╔══
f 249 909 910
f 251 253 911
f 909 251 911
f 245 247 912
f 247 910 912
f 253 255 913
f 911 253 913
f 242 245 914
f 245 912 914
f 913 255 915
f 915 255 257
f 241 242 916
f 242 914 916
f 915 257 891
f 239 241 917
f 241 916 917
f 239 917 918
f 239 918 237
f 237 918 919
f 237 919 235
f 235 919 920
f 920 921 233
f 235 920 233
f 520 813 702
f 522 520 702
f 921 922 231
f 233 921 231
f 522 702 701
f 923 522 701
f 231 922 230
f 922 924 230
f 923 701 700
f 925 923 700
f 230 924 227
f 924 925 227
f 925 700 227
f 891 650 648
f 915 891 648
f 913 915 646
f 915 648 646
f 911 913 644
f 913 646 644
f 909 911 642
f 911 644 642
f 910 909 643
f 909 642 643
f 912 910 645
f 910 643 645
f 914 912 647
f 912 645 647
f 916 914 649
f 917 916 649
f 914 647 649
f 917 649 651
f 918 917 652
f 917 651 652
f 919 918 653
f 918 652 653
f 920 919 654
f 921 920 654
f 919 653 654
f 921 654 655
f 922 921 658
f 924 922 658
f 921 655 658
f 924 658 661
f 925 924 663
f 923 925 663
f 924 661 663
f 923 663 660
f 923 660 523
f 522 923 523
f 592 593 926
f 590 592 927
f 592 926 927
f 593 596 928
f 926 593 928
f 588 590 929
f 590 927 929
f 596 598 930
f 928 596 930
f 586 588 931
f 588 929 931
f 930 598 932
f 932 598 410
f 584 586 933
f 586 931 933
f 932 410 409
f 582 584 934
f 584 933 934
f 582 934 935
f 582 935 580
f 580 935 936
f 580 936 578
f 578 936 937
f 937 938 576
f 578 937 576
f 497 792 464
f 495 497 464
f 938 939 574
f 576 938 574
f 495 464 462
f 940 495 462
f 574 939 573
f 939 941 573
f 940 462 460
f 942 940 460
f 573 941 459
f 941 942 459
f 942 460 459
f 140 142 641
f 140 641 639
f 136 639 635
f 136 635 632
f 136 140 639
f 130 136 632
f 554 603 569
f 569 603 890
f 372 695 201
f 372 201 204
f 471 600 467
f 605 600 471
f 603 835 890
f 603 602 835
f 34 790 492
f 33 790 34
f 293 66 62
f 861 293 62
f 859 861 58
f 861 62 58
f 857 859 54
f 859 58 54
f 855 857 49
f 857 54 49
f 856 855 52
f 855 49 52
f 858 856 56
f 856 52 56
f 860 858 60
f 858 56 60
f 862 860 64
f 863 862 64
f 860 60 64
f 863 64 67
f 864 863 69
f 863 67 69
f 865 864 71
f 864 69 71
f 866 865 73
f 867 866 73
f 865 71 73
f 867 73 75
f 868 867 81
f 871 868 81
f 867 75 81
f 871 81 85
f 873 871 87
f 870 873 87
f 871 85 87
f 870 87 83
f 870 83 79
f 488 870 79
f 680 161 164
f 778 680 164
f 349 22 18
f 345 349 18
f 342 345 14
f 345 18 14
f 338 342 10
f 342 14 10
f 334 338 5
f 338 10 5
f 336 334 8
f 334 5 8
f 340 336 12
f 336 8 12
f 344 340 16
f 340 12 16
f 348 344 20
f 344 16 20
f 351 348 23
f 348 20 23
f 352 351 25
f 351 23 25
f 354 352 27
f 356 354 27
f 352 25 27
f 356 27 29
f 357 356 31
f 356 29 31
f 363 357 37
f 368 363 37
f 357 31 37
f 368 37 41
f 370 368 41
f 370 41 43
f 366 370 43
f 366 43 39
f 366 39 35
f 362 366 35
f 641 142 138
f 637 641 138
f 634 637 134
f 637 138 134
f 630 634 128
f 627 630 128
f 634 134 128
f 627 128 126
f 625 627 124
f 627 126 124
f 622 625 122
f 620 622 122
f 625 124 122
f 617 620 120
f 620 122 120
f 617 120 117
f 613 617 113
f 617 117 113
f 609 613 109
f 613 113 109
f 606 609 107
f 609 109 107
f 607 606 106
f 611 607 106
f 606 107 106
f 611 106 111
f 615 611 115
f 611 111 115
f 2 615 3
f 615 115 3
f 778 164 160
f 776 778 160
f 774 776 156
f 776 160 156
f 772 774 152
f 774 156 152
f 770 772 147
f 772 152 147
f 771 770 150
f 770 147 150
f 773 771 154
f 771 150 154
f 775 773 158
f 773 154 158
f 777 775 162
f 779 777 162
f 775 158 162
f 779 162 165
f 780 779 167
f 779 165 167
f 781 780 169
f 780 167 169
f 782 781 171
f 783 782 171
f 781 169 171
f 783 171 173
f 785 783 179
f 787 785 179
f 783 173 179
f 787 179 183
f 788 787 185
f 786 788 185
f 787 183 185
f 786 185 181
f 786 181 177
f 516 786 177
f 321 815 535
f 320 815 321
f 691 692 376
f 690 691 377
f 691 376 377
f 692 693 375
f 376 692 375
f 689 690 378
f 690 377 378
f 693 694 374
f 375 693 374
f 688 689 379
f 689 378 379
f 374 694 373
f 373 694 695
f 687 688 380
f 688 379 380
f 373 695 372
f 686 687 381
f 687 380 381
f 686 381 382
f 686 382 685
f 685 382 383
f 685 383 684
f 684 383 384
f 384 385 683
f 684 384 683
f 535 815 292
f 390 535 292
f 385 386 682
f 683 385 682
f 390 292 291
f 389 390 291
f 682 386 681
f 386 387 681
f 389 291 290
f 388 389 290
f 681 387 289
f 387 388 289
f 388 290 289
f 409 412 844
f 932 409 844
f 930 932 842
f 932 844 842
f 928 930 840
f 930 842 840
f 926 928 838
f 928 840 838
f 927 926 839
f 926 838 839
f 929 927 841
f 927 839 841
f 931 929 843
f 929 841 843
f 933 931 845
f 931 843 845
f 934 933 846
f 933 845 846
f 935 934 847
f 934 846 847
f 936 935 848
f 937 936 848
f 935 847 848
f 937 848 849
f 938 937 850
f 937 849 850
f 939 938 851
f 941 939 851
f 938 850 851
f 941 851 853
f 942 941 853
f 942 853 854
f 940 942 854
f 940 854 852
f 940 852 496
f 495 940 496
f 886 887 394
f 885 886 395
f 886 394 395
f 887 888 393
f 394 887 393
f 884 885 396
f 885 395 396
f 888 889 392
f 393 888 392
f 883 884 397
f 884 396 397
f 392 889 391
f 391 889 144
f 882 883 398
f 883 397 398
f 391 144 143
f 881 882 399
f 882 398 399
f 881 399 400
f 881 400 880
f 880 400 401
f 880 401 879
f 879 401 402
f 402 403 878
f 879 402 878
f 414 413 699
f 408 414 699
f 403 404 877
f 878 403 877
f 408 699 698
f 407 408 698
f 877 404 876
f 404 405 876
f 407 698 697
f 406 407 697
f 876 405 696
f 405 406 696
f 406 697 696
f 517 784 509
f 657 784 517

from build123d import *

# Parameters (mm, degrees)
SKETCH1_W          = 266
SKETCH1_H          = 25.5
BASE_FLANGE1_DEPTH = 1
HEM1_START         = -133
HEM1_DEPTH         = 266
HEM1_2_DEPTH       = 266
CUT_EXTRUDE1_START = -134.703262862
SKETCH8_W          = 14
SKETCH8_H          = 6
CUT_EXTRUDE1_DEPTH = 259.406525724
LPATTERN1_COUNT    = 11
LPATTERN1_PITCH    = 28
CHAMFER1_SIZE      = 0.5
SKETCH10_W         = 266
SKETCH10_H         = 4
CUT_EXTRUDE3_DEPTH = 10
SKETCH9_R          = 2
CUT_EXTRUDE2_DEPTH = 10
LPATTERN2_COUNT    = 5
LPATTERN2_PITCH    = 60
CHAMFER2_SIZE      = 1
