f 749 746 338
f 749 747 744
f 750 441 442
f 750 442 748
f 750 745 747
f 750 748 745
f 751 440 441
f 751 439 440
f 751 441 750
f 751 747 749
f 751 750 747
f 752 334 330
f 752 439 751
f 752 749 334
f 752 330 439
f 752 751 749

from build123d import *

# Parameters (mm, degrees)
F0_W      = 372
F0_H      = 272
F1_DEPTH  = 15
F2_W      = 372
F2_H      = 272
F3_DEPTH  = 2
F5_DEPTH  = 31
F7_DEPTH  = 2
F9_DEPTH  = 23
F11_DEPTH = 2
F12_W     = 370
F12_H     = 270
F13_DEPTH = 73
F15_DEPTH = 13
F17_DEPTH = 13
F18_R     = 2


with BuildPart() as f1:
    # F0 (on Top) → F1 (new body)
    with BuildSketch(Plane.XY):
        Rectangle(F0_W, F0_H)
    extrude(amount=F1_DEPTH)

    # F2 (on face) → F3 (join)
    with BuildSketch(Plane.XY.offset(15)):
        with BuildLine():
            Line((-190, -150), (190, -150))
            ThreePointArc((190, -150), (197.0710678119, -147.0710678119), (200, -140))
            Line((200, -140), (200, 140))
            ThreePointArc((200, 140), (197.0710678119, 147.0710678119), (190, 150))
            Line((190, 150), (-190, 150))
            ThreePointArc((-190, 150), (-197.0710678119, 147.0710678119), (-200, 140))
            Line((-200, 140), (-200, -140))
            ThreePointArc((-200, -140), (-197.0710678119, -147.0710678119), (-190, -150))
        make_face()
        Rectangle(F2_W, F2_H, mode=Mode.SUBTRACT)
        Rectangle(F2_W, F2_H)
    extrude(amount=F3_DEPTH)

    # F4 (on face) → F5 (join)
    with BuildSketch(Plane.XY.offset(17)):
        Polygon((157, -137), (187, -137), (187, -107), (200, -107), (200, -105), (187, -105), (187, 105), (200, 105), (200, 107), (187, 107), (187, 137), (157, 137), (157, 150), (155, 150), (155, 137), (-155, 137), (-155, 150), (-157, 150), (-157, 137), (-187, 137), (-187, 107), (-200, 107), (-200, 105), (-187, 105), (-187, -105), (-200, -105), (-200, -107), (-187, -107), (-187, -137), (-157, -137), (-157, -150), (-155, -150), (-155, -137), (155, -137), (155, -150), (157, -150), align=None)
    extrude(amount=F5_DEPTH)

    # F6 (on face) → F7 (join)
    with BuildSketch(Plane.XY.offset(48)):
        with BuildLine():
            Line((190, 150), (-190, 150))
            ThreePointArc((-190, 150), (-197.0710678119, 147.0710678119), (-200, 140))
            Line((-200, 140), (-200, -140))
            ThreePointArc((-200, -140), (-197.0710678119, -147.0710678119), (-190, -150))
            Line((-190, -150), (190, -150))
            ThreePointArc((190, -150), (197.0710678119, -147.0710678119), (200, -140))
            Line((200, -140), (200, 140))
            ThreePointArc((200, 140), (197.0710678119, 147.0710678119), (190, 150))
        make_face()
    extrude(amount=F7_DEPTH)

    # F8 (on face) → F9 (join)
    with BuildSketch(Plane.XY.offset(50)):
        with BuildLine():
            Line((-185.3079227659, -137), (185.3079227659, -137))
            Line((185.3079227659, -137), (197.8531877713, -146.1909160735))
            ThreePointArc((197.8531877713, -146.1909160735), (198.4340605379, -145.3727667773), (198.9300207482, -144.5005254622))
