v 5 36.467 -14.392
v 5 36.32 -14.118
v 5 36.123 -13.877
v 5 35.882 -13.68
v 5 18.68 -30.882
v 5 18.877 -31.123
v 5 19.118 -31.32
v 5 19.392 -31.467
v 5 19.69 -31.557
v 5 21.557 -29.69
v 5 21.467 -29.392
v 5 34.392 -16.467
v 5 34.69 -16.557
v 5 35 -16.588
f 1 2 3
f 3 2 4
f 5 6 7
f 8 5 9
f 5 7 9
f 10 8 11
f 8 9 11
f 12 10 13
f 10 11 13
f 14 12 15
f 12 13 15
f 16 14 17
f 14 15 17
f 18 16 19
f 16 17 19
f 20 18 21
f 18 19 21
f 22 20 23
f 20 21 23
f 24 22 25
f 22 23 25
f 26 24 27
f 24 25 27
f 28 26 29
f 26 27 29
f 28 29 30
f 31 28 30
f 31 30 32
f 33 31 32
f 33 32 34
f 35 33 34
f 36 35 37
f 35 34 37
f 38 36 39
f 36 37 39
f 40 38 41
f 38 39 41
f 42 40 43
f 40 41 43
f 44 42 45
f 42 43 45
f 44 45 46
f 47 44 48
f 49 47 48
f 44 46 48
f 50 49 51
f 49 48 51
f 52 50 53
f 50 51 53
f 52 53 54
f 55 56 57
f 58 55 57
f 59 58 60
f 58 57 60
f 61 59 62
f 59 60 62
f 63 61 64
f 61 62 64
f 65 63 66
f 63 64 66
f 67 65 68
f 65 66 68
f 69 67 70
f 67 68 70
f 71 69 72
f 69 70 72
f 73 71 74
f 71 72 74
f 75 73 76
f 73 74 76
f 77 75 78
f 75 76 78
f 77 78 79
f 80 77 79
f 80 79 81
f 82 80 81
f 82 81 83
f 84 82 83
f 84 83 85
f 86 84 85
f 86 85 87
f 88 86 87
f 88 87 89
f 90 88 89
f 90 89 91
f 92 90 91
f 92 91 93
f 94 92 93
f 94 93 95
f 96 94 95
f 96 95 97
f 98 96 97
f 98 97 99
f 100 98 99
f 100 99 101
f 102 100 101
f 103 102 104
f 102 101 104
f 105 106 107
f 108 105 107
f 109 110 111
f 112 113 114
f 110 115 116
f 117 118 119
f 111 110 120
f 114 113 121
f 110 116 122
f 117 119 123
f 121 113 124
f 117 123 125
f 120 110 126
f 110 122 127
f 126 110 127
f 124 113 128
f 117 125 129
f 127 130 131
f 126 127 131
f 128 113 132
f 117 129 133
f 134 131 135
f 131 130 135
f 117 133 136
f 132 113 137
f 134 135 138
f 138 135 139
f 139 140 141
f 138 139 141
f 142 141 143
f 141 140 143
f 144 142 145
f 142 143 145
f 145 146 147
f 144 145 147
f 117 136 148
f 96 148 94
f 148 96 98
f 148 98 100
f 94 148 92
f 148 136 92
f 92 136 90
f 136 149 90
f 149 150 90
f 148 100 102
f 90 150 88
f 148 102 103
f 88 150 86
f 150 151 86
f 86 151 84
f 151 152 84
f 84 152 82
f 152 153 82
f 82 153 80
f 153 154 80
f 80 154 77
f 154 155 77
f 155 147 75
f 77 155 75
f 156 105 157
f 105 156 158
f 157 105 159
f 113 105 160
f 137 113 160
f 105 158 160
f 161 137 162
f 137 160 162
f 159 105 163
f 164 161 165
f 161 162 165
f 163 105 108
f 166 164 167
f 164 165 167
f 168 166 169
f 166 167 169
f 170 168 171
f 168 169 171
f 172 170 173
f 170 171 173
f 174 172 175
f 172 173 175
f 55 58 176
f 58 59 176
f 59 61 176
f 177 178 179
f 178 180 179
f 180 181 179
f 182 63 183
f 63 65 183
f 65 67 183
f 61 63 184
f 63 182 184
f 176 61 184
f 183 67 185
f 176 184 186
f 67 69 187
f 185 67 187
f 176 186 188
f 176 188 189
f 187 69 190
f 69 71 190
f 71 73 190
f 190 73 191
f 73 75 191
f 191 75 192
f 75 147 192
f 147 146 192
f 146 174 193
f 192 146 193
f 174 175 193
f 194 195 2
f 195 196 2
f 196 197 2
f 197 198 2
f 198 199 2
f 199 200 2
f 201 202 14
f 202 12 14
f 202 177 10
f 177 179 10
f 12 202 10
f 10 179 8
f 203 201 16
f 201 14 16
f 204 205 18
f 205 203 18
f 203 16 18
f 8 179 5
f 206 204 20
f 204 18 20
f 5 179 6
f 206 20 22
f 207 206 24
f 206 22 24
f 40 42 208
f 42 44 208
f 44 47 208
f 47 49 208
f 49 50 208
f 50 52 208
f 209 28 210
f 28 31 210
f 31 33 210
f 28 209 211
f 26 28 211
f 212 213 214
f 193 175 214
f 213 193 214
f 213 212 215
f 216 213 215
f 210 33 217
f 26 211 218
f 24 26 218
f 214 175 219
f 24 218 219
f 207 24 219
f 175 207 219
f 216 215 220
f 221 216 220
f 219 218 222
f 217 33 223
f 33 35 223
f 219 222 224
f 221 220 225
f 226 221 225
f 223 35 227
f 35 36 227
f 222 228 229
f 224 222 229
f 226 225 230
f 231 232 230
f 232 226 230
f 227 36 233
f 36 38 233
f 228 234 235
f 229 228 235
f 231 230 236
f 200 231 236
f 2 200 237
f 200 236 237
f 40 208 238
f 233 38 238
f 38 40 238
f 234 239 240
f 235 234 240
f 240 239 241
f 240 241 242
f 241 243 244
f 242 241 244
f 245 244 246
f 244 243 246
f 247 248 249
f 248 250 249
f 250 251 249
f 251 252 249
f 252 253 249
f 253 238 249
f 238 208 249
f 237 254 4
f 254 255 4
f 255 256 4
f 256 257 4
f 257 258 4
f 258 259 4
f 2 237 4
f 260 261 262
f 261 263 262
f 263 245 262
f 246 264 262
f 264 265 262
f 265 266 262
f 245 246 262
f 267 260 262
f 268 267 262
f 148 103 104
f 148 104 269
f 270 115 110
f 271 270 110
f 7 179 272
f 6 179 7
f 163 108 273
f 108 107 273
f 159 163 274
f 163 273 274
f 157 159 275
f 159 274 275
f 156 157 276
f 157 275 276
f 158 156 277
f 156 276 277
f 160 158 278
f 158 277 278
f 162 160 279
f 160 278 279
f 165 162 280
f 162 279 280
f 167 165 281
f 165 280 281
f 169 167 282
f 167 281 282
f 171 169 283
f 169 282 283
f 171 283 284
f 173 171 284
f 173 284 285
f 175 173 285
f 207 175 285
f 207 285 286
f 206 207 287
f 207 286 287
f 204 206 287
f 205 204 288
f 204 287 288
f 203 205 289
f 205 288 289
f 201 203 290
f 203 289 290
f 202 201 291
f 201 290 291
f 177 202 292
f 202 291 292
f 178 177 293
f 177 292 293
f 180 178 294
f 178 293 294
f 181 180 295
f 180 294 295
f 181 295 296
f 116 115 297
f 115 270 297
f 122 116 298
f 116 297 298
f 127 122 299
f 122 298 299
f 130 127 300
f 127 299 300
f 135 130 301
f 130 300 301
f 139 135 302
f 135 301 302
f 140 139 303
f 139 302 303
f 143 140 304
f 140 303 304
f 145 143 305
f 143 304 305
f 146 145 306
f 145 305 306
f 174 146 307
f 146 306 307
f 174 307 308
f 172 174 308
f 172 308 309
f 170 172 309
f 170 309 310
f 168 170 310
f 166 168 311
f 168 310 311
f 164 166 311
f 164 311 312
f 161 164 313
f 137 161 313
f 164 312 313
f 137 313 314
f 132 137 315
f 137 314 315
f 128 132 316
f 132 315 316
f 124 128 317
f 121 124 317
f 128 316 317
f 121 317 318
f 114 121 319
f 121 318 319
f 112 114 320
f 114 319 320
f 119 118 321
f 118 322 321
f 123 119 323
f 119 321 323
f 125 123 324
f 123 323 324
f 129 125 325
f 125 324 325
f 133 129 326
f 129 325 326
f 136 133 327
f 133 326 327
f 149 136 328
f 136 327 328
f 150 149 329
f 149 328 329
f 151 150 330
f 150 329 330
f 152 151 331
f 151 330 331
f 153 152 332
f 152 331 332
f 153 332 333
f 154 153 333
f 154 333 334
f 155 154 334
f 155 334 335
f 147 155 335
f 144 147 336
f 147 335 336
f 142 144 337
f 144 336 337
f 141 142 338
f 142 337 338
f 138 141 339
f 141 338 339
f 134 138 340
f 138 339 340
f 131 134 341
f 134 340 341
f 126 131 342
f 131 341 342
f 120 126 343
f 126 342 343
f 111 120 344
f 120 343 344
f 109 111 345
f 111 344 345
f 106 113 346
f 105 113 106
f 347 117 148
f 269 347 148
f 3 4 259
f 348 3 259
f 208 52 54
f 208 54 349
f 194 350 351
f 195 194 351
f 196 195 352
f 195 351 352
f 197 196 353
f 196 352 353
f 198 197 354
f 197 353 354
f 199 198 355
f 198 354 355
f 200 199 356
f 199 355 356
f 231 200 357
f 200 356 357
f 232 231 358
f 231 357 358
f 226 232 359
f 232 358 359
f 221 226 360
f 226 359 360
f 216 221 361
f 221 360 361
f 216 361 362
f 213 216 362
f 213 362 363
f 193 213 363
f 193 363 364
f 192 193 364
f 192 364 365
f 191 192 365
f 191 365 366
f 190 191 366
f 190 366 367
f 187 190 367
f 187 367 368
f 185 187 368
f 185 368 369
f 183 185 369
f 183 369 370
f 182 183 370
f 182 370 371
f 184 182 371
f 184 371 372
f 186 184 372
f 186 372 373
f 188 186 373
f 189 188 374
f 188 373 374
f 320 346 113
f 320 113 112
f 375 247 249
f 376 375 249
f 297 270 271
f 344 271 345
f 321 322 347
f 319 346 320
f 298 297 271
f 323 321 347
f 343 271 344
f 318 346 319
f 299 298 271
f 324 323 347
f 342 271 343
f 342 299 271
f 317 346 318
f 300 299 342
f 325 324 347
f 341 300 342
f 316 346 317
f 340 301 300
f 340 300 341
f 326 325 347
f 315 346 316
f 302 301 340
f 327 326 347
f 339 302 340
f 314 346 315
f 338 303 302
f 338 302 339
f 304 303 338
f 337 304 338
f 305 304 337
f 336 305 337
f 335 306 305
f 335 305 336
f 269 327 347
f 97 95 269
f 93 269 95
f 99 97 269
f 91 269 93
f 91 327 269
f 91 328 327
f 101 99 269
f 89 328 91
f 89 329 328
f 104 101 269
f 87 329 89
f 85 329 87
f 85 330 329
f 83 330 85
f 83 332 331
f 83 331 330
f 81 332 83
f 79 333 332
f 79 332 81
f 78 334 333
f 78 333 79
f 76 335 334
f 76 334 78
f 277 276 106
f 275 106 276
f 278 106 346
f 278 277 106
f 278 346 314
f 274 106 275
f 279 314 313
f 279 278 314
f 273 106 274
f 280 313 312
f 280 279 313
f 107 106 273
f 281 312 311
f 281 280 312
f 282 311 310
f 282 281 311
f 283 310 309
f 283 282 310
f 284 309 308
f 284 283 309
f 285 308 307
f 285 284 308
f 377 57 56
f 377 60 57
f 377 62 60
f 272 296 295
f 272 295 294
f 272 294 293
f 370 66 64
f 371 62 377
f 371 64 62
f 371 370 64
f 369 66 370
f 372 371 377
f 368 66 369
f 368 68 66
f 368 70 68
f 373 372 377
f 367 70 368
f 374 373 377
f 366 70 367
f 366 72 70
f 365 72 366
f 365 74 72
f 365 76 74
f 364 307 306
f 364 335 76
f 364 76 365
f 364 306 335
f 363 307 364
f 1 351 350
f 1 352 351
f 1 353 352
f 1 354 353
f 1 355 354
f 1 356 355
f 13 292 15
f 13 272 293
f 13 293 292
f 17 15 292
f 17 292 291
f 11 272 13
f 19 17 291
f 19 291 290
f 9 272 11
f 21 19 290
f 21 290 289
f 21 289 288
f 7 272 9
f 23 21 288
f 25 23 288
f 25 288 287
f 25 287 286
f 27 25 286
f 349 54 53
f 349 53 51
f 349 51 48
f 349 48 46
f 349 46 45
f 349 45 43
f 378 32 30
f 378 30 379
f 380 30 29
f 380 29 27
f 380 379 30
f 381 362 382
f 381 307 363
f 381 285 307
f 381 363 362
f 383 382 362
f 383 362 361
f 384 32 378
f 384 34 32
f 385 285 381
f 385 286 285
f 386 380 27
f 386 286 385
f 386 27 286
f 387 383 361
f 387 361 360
╚══
### Task objective
The stretch of entries above that starts with the line containing "f 122 116 298" and goes on through the line containing "f 172 308 309" is to be transcribed exactly, and no other line is to be transcribed.

### Result of this task
f 122 116 298
f 116 297 298
f 127 122 299
f 122 298 299
f 130 127 300
f 127 299 300
f 135 130 301
f 130 300 301
f 139 135 302
f 135 301 302
f 140 139 303
f 139 302 303
f 143 140 304
f 140 303 304
f 145 143 305
f 143 304 305
f 146 145 306
f 145 305 306
f 174 146 307
f 146 306 307
f 174 307 308
f 172 174 308
f 172 308 309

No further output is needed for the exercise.